There is one thing he doesn’t like about the OMETs — getting the students to actually fill them out. This becomes an added responsibility for the professor. In order to get his students to complete the OMETs, Oaks tells his students to bring a device to the last class and gives them 15 minutes at the beginning of the class to fill them out.

“It seems to me there needs to be some other system to get the students to respond better, if they want more responses,” he said.

Heebner said one of her professors used the same tactic as Oaks of setting aside time for the students to fill out the OMETs, even going so far as to leave the room so students could have some privacy.

Professors who utilize this tactic to get their students to complete the surveys are taking a similar approach to how the survey used to be completed. The only difference is they are no longer handwritten.

Oaks said the OMETs used to be proctored by a student who was paid to administer the survey while the professor left the room during the last 15 minutes of class. He said the survey was not digital then, but handwritten instead. There are still students, however, like Heebner, who don’t require this sort of pressure and voluntarily complete the survey in certain cases.

“I will say that I’ve never really looked forward to telling a professor off, but I did have one who I wasn’t really a fan of, and I did look forward to giving my feedback — but not in a scathing way,” Heebner said.

Nancy Reilly, director at OMET, said the OMETs have been in existence for a long time, but only started being completed online less than 10 years ago. She said the surveys emerged when she worked in the OMET office in 1979, but became widespread by the time she returned again in 1998.
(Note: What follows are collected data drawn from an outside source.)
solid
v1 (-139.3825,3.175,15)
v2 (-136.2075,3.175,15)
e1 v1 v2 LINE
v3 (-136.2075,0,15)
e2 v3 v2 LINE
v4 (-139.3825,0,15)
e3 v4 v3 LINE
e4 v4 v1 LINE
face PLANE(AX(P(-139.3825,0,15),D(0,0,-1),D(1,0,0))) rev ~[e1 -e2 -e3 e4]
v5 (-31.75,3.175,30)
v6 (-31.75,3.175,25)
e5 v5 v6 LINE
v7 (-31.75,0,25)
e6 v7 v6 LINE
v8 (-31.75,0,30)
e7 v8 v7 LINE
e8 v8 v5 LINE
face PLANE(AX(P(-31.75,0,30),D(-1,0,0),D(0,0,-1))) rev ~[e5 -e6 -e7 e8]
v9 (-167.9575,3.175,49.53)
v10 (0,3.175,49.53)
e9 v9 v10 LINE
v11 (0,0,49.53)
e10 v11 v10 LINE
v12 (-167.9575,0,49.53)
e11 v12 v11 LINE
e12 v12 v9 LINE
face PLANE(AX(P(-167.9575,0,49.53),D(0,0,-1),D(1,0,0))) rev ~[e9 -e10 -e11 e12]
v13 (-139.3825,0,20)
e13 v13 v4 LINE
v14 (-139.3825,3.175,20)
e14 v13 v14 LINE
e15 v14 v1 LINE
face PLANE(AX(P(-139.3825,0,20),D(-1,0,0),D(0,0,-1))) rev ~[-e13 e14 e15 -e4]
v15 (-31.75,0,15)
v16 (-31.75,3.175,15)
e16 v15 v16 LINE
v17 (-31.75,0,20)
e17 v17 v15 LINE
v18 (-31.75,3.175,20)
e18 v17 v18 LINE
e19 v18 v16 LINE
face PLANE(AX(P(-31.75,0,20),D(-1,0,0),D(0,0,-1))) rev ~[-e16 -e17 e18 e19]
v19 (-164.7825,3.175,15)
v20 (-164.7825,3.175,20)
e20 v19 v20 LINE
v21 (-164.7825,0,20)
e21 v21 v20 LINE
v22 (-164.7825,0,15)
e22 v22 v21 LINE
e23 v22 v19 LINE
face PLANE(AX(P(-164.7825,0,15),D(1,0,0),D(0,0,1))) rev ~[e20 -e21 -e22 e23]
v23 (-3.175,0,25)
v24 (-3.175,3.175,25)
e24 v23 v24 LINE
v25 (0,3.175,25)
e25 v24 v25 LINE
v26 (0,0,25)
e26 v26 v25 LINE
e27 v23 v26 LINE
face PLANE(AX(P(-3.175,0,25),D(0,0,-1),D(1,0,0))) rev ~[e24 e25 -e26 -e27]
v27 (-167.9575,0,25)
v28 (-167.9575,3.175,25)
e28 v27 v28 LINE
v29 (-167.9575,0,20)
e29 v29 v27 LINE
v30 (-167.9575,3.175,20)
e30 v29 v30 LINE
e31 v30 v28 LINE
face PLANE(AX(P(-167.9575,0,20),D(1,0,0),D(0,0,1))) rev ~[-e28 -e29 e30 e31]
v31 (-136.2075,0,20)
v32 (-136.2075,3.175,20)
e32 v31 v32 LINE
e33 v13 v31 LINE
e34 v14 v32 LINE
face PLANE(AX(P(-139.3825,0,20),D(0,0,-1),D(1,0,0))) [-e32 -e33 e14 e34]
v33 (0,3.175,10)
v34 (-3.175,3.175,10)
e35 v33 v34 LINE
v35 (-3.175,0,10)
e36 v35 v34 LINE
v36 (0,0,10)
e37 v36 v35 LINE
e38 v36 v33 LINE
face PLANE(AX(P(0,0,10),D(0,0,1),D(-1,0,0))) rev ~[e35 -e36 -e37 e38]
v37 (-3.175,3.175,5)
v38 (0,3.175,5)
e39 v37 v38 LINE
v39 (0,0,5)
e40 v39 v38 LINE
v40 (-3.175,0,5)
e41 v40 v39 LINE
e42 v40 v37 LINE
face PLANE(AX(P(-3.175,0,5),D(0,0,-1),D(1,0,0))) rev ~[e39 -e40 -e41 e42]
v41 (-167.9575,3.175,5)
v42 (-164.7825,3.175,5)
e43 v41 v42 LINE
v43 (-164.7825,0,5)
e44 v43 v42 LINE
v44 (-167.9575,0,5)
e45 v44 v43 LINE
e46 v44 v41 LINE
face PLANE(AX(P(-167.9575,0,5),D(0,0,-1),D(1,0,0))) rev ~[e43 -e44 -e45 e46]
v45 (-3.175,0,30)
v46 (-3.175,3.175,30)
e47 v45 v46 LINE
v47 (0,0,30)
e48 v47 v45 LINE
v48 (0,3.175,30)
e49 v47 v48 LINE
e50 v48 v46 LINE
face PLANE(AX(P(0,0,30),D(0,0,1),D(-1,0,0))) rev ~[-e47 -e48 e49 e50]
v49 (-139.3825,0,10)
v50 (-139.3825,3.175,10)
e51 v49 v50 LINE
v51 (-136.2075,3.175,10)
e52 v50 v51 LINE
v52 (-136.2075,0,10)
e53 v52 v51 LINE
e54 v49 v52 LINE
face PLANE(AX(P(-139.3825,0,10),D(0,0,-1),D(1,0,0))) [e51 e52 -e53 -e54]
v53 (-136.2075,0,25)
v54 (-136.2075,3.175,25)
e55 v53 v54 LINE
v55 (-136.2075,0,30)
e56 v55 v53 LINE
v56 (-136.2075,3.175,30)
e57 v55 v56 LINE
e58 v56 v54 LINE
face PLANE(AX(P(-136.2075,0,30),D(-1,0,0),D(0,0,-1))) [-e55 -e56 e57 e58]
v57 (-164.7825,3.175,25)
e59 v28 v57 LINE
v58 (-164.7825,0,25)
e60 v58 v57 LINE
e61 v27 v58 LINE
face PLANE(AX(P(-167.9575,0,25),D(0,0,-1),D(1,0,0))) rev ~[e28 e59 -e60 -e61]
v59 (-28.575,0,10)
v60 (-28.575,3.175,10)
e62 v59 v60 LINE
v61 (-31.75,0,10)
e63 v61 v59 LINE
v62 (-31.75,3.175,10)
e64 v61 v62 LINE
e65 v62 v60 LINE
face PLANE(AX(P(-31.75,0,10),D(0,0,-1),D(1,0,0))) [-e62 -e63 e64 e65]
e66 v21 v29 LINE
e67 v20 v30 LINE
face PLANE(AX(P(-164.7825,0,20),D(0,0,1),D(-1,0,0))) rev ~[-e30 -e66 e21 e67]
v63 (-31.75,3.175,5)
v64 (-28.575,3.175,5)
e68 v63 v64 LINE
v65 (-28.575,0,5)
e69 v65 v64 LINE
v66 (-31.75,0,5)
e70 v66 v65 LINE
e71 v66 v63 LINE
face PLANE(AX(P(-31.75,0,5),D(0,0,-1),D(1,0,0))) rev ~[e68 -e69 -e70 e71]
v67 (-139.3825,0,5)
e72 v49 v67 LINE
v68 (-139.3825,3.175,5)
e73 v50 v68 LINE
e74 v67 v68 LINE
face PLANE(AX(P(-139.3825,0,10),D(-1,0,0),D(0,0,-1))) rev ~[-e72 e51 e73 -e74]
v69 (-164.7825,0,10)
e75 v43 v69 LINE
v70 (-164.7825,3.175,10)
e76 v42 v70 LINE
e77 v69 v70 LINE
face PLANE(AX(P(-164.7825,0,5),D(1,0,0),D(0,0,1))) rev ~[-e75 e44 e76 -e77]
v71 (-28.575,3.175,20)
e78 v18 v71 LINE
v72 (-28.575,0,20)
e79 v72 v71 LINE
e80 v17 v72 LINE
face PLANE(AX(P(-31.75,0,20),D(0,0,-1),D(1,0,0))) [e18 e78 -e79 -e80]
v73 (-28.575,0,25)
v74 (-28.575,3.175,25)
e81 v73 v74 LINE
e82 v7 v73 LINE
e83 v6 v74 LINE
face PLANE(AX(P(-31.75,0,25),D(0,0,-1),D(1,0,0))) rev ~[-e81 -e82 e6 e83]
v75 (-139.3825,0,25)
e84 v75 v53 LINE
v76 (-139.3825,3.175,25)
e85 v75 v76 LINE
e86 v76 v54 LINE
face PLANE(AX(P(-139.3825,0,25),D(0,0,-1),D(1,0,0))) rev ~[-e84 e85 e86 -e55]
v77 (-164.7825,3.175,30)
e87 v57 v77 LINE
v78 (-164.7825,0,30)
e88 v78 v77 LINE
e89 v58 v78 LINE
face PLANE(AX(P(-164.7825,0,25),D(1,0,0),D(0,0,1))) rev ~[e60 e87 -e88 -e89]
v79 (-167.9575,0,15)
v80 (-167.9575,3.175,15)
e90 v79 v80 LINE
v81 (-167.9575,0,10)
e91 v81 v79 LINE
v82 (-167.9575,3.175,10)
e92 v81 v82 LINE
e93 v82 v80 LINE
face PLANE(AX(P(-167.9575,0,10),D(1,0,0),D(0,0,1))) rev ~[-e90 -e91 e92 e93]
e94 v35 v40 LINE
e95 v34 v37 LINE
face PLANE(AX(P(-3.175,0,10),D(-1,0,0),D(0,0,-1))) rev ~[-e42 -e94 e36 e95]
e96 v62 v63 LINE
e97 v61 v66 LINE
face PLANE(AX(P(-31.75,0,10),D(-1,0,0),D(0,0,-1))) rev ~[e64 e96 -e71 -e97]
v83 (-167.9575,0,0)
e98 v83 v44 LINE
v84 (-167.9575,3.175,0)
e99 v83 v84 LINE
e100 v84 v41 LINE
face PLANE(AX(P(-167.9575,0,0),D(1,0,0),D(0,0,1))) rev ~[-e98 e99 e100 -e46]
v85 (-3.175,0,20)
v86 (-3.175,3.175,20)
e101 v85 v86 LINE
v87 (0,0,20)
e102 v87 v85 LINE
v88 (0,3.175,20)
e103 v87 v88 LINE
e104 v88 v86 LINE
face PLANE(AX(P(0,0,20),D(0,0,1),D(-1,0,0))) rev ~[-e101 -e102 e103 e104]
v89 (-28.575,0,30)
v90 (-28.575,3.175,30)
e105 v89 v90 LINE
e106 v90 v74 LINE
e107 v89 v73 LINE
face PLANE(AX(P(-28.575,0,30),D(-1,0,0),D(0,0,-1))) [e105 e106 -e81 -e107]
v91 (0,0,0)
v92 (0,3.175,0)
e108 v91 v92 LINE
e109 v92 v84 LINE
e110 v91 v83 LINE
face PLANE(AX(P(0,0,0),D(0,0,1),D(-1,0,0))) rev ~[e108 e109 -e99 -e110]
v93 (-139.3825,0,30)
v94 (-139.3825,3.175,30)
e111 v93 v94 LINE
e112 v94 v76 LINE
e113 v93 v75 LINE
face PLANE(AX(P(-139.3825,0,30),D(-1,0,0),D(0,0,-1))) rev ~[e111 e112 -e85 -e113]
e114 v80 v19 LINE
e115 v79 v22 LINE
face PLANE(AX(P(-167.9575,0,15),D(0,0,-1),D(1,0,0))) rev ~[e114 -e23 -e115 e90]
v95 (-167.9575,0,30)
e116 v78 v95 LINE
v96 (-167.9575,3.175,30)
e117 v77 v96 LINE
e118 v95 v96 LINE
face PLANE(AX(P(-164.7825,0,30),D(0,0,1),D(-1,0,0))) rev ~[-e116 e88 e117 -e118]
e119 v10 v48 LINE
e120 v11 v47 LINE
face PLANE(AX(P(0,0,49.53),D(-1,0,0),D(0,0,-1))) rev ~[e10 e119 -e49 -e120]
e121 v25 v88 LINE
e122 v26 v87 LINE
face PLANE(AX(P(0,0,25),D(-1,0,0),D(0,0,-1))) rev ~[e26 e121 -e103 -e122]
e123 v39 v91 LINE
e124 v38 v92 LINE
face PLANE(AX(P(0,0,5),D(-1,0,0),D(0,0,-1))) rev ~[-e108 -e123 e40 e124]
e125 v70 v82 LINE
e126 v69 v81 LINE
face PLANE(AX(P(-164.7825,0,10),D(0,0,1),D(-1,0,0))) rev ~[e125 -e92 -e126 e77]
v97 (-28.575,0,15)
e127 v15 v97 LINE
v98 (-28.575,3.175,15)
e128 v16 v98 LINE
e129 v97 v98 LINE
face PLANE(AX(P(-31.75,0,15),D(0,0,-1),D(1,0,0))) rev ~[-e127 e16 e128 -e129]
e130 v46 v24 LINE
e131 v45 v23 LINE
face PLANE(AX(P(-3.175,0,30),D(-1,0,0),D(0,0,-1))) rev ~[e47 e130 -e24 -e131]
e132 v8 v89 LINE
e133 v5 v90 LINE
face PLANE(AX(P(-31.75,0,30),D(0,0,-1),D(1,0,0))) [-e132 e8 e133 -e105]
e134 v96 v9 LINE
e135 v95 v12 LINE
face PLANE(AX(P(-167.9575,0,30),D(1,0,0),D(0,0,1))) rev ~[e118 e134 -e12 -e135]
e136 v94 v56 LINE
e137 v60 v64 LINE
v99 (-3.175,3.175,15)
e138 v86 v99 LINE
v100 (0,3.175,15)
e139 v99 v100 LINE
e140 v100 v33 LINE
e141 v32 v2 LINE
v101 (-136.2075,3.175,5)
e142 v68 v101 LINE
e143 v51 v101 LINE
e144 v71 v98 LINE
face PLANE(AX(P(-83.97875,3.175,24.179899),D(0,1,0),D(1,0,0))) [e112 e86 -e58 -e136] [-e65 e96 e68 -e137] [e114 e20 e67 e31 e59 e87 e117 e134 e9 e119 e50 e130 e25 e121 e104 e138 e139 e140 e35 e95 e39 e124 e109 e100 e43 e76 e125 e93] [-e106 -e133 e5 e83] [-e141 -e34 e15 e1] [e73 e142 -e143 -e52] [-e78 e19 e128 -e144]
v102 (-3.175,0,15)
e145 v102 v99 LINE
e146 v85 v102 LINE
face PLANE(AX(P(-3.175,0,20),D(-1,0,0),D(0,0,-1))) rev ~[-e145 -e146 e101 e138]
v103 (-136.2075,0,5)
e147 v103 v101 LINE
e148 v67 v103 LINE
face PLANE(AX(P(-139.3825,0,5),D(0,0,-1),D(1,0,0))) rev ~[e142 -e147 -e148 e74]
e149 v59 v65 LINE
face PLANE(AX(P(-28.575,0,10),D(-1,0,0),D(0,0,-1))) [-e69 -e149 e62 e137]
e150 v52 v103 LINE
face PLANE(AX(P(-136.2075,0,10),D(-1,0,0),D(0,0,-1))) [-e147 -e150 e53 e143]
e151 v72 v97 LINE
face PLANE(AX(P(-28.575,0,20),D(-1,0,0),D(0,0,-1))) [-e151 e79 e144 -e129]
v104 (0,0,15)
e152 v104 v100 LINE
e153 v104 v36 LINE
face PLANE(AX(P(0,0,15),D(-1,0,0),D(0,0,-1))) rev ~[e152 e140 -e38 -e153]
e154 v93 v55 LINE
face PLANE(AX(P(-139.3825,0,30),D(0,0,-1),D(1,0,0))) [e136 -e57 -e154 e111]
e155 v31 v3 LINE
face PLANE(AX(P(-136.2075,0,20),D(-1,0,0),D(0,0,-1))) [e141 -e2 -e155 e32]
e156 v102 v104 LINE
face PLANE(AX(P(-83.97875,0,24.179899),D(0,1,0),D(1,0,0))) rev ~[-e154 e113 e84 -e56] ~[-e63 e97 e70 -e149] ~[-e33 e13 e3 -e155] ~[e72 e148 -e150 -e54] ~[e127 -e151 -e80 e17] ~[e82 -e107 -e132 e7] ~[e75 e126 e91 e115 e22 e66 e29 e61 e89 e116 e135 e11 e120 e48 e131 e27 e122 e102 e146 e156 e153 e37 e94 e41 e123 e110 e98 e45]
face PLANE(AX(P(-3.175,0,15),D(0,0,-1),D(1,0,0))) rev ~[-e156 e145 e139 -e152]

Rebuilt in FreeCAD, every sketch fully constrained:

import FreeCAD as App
import Part
import Sketcher

V = App.Vector


def add_polygon(sketch, points):
    """Adds a closed chain of lines whose ends are joined by coincident constraints."""
    first, n = sketch.GeometryCount, len(points)
    for a, b in zip(points, points[1:] + points[:1]):
        sketch.addGeometry(Part.LineSegment(App.Vector(*a, 0), App.Vector(*b, 0)), False)
    for i in range(n):
        sketch.addConstraint(Sketcher.Constraint("Coincident", first + i, 2, first + (i + 1) % n, 1))

doc = App.newDocument("Part")
body = doc.addObject("PartDesign::Body", "Body")

# Sketch on XZ plane
sketch1 = body.newObject("Sketcher::SketchObject", "Sketch")
sketch1.AttachmentSupport = (doc.getObject("XZ_Plane"), [""])
sketch1.MapMode = "FlatFace"
add_polygon(sketch1, [(-168, 5), (-164.8, 5), (-164.8, 10), (-168, 10), (-168, 15), (-164.8, 15), (-164.8, 20), (-168, 20), (-168, 25), (-164.8, 25), (-164.8, 30), (-168, 30), (-168, 49.5), (0, 49.5), (0, 30), (-3.2, 30), (-3.2, 25), (0, 25), (0, 20), (-3.2, 20), (-3.2, 15), (0, 15), (0, 10), (-3.2, 10), (-3.2, 5), (0, 5), (0, 0), (-168, 0)])  # lines 0-27
add_polygon(sketch1, [(-136.2, 30), (-139.4, 30), (-139.4, 25), (-136.2, 25)])  # lines 28-31
add_polygon(sketch1, [(-28.6, 30), (-31.8, 30), (-31.8, 25), (-28.6, 25)])  # lines 32-35
add_polygon(sketch1, [(-136.2, 20), (-139.4, 20), (-139.4, 15), (-136.2, 15)])  # lines 36-39
add_polygon(sketch1, [(-136.2, 10), (-139.4, 10), (-139.4, 5), (-136.2, 5)])  # lines 40-43
add_polygon(sketch1, [(-28.6, 20), (-31.8, 20), (-31.8, 15), (-28.6, 15)])  # lines 44-47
“They started out just in the School of Arts and Sciences back in the mid-to-late 70s, and then slowly expanded to other schools like Education,” Reilly said.

Reilly said the survey format changed again slightly last year when the office signed onto a new survey software company that was more efficient and included more features. Since the OMETs were instituted, though, they have maintained the objective of protecting the identity of each student who completed the survey.
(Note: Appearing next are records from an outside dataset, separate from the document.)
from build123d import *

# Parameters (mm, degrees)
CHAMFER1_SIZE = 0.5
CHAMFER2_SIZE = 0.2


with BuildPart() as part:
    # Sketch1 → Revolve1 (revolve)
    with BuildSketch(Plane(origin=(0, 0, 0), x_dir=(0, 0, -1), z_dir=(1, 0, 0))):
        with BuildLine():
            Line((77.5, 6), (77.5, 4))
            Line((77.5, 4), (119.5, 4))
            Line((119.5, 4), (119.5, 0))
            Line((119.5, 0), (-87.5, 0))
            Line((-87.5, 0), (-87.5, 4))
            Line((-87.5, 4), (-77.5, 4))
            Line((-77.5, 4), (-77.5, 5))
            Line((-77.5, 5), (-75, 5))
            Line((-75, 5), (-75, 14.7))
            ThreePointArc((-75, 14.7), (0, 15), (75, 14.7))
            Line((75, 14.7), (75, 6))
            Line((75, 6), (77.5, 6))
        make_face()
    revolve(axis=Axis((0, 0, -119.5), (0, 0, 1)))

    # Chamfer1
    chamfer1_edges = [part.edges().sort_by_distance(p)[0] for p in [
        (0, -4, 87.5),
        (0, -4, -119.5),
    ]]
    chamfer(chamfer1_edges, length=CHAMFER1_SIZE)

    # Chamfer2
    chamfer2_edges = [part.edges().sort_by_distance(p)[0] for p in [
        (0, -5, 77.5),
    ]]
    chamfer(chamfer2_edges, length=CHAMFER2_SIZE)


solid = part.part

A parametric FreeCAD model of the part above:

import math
import FreeCAD as App
import Part
import Sketcher


def edges_at(feature, points):
    """Names of the edges that pass closest to the given points."""
    edges = feature.Shape.Edges
    near = lambda p: min(range(len(edges)), key=lambda i: edges[i].distToShape(Part.Vertex(*p))[0])
    return sorted({f"Edge{near(p) + 1}" for p in points})

doc = App.newDocument("Part")
body = doc.addObject("PartDesign::Body", "Body")

# Sketch on YZ plane
sketch1 = body.newObject("Sketcher::SketchObject", "Sketch")
sketch1.AttachmentSupport = (doc.getObject("YZ_Plane"), [""])
sketch1.MapMode = "FlatFace"
sketch1.addGeometry([
    Part.LineSegment(App.Vector(4, -77.5, 0), App.Vector(6, -77.5, 0)),  # 0
    Part.LineSegment(App.Vector(6, -77.5, 0), App.Vector(6, -75, 0)),  # 1
    Part.LineSegment(App.Vector(6, -75, 0), App.Vector(14.7, -75, 0)),  # 2
    Part.ArcOfCircle(Part.Circle(App.Vector(-9360.2, 0, 0), App.Vector(0, 0, 1), 9375.2), math.radians(-0.46), math.radians(0.46)),  # 3
    Part.LineSegment(App.Vector(14.7, 75, 0), App.Vector(5, 75, 0)),  # 4
    Part.LineSegment(App.Vector(5, 75, 0), App.Vector(5, 77.5, 0)),  # 5
    Part.LineSegment(App.Vector(5, 77.5, 0), App.Vector(4, 77.5, 0)),  # 6
    Part.LineSegment(App.Vector(4, 77.5, 0), App.Vector(4, 87.5, 0)),  # 7
    Part.LineSegment(App.Vector(4, 87.5, 0), App.Vector(0, 87.5, 0)),  # 8
    Part.LineSegment(App.Vector(0, 87.5, 0), App.Vector(0, -119.5, 0)),  # 9
    Part.LineSegment(App.Vector(0, -119.5, 0), App.Vector(4, -119.5, 0)),  # 10
    Part.LineSegment(App.Vector(4, -119.5, 0), App.Vector(4, -77.5, 0)),  # 11
], False)
sketch1.addConstraint([
    Sketcher.Constraint("Coincident", 0, 2, 1, 1),
    Sketcher.Constraint("Coincident", 1, 2, 2, 1),
    Sketcher.Constraint("Coincident", 2, 2, 3, 1),
    Sketcher.Constraint("Coincident", 3, 2, 4, 1),
    Sketcher.Constraint("Coincident", 4, 2, 5, 1),
    Sketcher.Constraint("Coincident", 5, 2, 6, 1),
    Sketcher.Constraint("Coincident", 6, 2, 7, 1),
    Sketcher.Constraint("Coincident", 7, 2, 8, 1),
    Sketcher.Constraint("Coincident", 8, 2, 9, 1),
    Sketcher.Constraint("Coincident", 9, 2, 10, 1),
    Sketcher.Constraint("Coincident", 10, 2, 11, 1),
    Sketcher.Constraint("Coincident", 11, 2, 0, 1),
    Sketcher.Constraint("Horizontal", 0),
    Sketcher.Constraint("Vertical", 1),
    Sketcher.Constraint("Horizontal", 2),
    Sketcher.Constraint("Horizontal", 4),
    Sketcher.Constraint("Vertical", 5),
    Sketcher.Constraint("Horizontal", 6),
    Sketcher.Constraint("Vertical", 7),
    Sketcher.Constraint("Horizontal", 8),
    Sketcher.Constraint("Vertical", 9),
    Sketcher.Constraint("Horizontal", 10),
    Sketcher.Constraint("Vertical", 11),
    Sketcher.Constraint("Symmetric", 6, 2, 11, 2, -1),
    Sketcher.Constraint("PointOnObject", 3, 3, -1),
    Sketcher.Constraint("PointOnObject", 8, 2, -2),
    Sketcher.Constraint("Equal", 1, 5),
    Sketcher.Constraint("DistanceX", 0, 1, 0, 2, 2.0),
    Sketcher.Constraint("DistanceX", 6, 2, 6, 1, 1.0),
    Sketcher.Constraint("DistanceX", 8, 2, 8, 1, 4.0),
    Sketcher.Constraint("DistanceY", 7, 1, 7, 2, 10.0),
    Sketcher.Constraint("DistanceY", 9, 2, 9, 1, 207.0),
    Sketcher.Constraint("DistanceY", 11, 1, 11, 2, 42.0),
    Sketcher.Constraint("Radius", 3, 9375.15),
    Sketcher.Constraint("DistanceX", 2, 1, 2, 2, 8.7),
    Sketcher.Constraint("DistanceY", 1, 1, 1, 2, 2.5),
])
revolution = body.newObject("PartDesign::Revolution", "Revolution")
revolution.Profile = sketch1
revolution.ReferenceAxis = (sketch1, ["V_Axis"])
revolution.Angle = 360
doc.recompute()

chamfer = body.newObject("PartDesign::Chamfer", "Chamfer")
chamfer.Base = (revolution, edges_at(revolution, [(0, -4, 87.5), (0, -4, -119.5)]))
chamfer.Size = 0.5
doc.recompute()

chamfer2 = body.newObject("PartDesign::Chamfer", "Chamfer001")
chamfer2.Base = (chamfer, edges_at(chamfer, [(0, -5, 77.5)]))
chamfer2.Size = 0.2

doc.recompute()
One misconception about the surveys is that they are entirely anonymous, but this is only true for professors who view them. According to Votodian, the OMET staff sees each response and its correlation to a specific student, but that information is kept confidential and not passed on to the instructors.

Students, though, appreciate the privacy when it comes to giving an honest review of their professors. The confidentiality allows them to provide feedback of their professors without fear of retribution.

“It’s nice that they’re confidential because you can provide your opinion to a professor — even if it’s negative. You don’t have to be afraid of them,” Heebner said.

Sarah Frumkin contributed reporting.